- Graphic: JANNA SCHNEIDER/COALITION OF IMMOKALEE WORKERS

By LAUREN KARCHMER and AUDREY SASSON
On April 9, the Coalition of Immokalee Workers (CIW) won a huge victory when McDonald’s agreed to the demands of the tomato pickers.
Now McDonald’s will pay a penny more per pound of tomatoes each farmworker picks and develop rules to keep workers safe in the fields.
The CIW is a group of farmworkers living in southwest Florida. They are from Mexico, Haiti, Guatemala and other countries. They pick tomatoes for big companies like McDonald’s but get paid very little. Farmworkers are paid 40 cents per bucket of tomatoes they fill. They have to pick more than two tons of tomatoes everyday just to make enough to survive.

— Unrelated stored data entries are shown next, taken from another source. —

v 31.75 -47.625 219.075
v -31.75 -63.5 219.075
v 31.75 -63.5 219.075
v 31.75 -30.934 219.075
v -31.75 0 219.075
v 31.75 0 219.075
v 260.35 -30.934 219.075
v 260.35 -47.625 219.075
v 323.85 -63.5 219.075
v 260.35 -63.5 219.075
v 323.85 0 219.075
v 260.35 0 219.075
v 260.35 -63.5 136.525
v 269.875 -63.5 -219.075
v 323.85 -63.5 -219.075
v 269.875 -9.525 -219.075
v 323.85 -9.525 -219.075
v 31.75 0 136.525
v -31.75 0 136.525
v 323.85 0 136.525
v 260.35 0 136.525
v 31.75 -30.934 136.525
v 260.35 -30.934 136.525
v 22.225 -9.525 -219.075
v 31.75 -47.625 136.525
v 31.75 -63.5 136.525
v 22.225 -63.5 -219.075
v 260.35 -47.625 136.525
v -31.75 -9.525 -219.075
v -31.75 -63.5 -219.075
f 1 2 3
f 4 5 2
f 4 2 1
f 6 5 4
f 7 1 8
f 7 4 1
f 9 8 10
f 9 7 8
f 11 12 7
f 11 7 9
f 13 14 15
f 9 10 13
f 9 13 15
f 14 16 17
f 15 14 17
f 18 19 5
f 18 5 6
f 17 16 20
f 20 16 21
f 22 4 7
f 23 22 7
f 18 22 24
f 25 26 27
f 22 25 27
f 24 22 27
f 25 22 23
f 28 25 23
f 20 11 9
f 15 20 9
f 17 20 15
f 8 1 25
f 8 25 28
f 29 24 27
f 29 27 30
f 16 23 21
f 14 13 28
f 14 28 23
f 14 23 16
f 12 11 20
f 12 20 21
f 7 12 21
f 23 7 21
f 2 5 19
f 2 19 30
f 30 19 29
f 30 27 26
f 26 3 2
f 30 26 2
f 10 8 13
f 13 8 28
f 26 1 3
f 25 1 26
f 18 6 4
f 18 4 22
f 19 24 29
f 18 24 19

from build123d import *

# Parameters (mm, degrees)
F1_DEPTH  = 63.5
F3_DEPTH  = 63.5
F4_W      = 228.6
F4_H      = 16.6908878535
F6_DEPTH  = 82.55
F12_DEPTH = 63.5


with BuildPart() as f1:
    # F0 (on Front) → F1 (new body)
    with BuildSketch(Plane.XZ):
        Polygon((-31.75, -219.075), (22.225, -219.075), (31.75, 136.525), (31.75, 219.075), (-31.75, 219.075), align=None)
    extrude(amount=F1_DEPTH)

    # F2 (on face) → F3 (cut)
    with BuildSketch(Plane(origin=(-31.75, 0, 0), x_dir=(0, -1, 0), z_dir=(-1, 0, 0))):
        Polygon((9.525, -219.075), (0, 136.525), (0, -219.075), align=None)
    extrude(amount=-F3_DEPTH, mode=Mode.SUBTRACT)

    # F5: F1 across plane


with BuildPart() as f1_1:
    add(f1.part)
    add(f1.part.mirror(Plane.YZ))

    # F4 (on face) → F6 (join)
    with BuildSketch(Plane.XY.offset(219.075)):
        with Locations((146.05, -39.2795560732)):
            Rectangle(F4_W, F4_H)
    extrude(amount=-F6_DEPTH)

    # F11 (on face) → F12 (cut)
    with BuildSketch(Plane.XZ.offset(63.5)):
        Polygon((31.75, -219.075), (31.75, 136.525), (22.225, -219.075), align=None)
    extrude(amount=-F12_DEPTH, mode=Mode.SUBTRACT)

    # F13: F1 across plane


with BuildPart() as f1_2:
    add(f1_1.part)
    add(f1_1.part.mirror(Plane(origin=(146.05, -47.625, 219.075), x_dir=(0, 1, 0), z_dir=(1, 0, 0))))


solid = f1_2.part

It’s a small amount of money for a big corporation like McDonald’s — which last year earned almost 7 billion dollars in profits — but just a penny more per pound of tomatoes nearly doubles the amount farmworkers earn each year.
“Today, with McDonald’s,” said Lucas Benitez of the CIW, “we have taken another major step toward a world where… farmworkers can enjoy a fair wage and humane working conditions in exchange for the hard and essential work we do every day.”

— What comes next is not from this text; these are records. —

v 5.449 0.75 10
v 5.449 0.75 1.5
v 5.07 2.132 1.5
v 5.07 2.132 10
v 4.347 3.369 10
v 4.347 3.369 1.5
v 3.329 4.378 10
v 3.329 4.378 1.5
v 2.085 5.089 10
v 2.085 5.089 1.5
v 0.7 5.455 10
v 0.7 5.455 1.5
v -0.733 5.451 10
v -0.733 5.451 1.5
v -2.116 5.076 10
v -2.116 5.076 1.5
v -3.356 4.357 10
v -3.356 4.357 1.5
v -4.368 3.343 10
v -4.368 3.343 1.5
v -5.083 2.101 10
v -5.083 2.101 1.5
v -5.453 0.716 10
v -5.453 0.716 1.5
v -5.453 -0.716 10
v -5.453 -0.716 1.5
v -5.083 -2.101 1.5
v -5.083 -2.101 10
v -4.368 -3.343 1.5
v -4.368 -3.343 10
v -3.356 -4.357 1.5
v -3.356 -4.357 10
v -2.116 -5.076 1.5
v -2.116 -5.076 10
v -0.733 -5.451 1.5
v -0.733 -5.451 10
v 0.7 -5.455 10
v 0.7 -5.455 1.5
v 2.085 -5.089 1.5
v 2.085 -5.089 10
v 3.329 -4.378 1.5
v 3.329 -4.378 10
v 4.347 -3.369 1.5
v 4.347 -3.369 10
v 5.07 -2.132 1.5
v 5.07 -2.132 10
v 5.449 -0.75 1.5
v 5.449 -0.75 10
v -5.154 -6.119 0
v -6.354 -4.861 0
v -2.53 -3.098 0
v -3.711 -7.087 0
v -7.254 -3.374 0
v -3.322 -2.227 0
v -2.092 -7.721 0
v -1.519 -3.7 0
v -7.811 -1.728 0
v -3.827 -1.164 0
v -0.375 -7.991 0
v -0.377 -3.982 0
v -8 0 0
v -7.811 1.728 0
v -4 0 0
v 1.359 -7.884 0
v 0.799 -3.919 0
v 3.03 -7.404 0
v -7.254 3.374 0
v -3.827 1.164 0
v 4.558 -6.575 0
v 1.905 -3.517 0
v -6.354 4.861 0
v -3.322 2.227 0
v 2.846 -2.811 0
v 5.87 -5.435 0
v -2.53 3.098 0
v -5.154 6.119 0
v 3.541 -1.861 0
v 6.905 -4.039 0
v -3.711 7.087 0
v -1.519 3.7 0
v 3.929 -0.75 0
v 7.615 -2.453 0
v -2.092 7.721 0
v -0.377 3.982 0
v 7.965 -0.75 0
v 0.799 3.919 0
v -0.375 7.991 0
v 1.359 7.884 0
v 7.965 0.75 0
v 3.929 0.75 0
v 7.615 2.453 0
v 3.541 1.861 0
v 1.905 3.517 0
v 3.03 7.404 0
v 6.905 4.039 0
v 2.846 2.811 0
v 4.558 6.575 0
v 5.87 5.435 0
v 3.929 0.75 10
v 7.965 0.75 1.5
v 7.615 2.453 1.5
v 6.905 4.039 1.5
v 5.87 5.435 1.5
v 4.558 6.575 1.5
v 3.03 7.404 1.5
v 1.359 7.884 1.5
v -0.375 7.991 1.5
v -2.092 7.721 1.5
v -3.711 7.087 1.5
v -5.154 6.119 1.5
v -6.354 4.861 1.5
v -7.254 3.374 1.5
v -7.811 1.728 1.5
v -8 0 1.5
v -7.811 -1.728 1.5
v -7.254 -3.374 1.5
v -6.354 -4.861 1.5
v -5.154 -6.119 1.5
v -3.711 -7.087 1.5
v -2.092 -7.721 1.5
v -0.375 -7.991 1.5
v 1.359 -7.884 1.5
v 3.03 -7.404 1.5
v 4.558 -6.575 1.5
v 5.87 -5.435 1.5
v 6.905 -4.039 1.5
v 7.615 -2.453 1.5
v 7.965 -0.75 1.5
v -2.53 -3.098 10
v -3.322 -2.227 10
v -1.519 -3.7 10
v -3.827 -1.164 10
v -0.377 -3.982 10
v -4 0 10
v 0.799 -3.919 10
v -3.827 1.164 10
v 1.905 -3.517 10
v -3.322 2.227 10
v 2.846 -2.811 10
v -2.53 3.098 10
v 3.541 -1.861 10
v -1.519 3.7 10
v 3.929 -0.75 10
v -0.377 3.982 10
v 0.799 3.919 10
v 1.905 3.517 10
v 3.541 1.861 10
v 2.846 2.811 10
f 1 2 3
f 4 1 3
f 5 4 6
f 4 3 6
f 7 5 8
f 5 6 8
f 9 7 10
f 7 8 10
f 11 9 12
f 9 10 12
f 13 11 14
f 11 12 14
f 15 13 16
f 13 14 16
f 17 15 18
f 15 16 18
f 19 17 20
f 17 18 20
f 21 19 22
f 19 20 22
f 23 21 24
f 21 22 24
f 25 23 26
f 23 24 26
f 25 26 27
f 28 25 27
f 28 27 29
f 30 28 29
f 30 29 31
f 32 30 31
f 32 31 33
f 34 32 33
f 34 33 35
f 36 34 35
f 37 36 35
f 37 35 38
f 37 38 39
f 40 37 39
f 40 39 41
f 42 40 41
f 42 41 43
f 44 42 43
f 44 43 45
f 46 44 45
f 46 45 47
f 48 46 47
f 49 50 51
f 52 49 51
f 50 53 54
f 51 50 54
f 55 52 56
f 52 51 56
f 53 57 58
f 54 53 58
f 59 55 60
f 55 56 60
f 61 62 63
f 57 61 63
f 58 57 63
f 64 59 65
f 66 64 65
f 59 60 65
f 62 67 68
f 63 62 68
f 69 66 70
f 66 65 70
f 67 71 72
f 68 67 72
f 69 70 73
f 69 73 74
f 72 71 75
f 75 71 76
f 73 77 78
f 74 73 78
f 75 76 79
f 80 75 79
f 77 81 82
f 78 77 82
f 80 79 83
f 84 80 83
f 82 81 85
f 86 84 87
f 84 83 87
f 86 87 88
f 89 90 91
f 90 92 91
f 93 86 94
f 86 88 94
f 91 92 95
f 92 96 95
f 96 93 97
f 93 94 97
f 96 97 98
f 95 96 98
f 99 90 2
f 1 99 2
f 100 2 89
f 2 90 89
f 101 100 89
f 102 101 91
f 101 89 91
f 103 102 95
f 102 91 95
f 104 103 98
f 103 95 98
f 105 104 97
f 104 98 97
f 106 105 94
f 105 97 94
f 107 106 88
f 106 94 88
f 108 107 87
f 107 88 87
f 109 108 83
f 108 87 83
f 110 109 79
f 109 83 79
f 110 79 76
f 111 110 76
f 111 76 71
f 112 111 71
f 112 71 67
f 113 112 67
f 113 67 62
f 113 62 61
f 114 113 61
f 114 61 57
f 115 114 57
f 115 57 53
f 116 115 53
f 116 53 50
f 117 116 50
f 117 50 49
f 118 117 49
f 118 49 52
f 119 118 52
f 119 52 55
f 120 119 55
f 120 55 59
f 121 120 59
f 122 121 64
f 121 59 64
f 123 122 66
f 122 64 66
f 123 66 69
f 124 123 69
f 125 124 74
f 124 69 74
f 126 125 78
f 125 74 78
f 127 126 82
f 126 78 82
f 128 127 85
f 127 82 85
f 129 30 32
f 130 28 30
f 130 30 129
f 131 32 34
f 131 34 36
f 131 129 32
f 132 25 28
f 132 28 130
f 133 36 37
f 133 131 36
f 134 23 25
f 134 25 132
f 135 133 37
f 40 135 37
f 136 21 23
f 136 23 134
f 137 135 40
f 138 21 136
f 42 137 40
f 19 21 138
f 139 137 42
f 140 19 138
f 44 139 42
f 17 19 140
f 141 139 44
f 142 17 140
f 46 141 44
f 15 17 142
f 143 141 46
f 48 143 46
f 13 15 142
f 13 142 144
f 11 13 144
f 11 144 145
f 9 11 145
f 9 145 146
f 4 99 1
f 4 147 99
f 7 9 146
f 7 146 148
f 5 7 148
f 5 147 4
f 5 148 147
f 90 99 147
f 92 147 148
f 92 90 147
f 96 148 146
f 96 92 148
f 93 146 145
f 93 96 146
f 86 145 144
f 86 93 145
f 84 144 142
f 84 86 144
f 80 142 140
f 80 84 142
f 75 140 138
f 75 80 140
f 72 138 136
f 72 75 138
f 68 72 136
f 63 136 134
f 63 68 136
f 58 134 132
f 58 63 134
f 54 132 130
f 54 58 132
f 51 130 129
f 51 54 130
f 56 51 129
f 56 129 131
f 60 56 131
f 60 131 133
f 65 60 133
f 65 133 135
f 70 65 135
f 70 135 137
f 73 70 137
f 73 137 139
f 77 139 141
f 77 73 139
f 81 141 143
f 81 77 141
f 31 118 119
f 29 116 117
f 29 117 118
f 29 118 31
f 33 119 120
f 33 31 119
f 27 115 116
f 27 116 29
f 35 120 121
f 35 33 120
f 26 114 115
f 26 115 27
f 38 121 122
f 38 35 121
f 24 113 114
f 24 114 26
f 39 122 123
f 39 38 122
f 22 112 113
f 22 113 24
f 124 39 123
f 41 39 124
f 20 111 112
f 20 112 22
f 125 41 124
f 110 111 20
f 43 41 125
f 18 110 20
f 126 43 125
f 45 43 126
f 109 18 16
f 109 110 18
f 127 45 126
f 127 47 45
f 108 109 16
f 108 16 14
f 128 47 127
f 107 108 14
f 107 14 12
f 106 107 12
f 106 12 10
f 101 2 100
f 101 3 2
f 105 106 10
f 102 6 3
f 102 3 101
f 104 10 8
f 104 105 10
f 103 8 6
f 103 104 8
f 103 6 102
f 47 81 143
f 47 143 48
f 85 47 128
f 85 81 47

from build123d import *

# Parameters (mm, degrees)
BOX_W             = 11
BOX_H             = 1.5
BOX_DEPTH         = 15
CYLINDER002_R     = 4
CYLINDER002_DEPTH = 15
CYLINDER001_R     = 8
CYLINDER001_DEPTH = 1.5
CYLINDER_R        = 5.5
CYLINDER_DEPTH    = 10


with BuildPart() as cube:
    # Box → Box (new body)
    with BuildSketch(Plane(origin=(0, -0.75, 0), x_dir=(1, 0, 0), z_dir=(0, 0, 1))):
        with Locations((5.5, 0.75)):
            Rectangle(BOX_W, BOX_H)
    extrude(amount=BOX_DEPTH)


with BuildPart() as hole:
    # Cylinder002 → Cylinder002 (new body)
    with BuildSketch(Plane.XY):
        Circle(CYLINDER002_R)
    extrude(amount=CYLINDER002_DEPTH)


with BuildPart() as base:
    # Cylinder001 → Cylinder001 (new body)
    with BuildSketch(Plane.XY):
        Circle(CYLINDER001_R)
    extrude(amount=CYLINDER001_DEPTH)


with BuildPart() as cut001:
    # Cylinder → Cylinder (new body)
    with BuildSketch(Plane.XY):
        Circle(CYLINDER_R)
    extrude(amount=CYLINDER_DEPTH)

    # Fusion: union base
    add(base.part)

    # Cut: cut hole
    add(hole.part, mode=Mode.SUBTRACT)

    # Cut001: cut Cube
    add(cube.part, mode=Mode.SUBTRACT)


solid = cut001.part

On April 13th, thousands of people traveled to the McDonald’s headquarters in Chicago to celebrate the victory with the CIW. Young people have been important in the effort to encourage McDonald’s to treat workers fairly. Said Gerardo Reyes-Chavez of the CIW, “We know that students have a lot of power because they are the main target of McDonald’s.”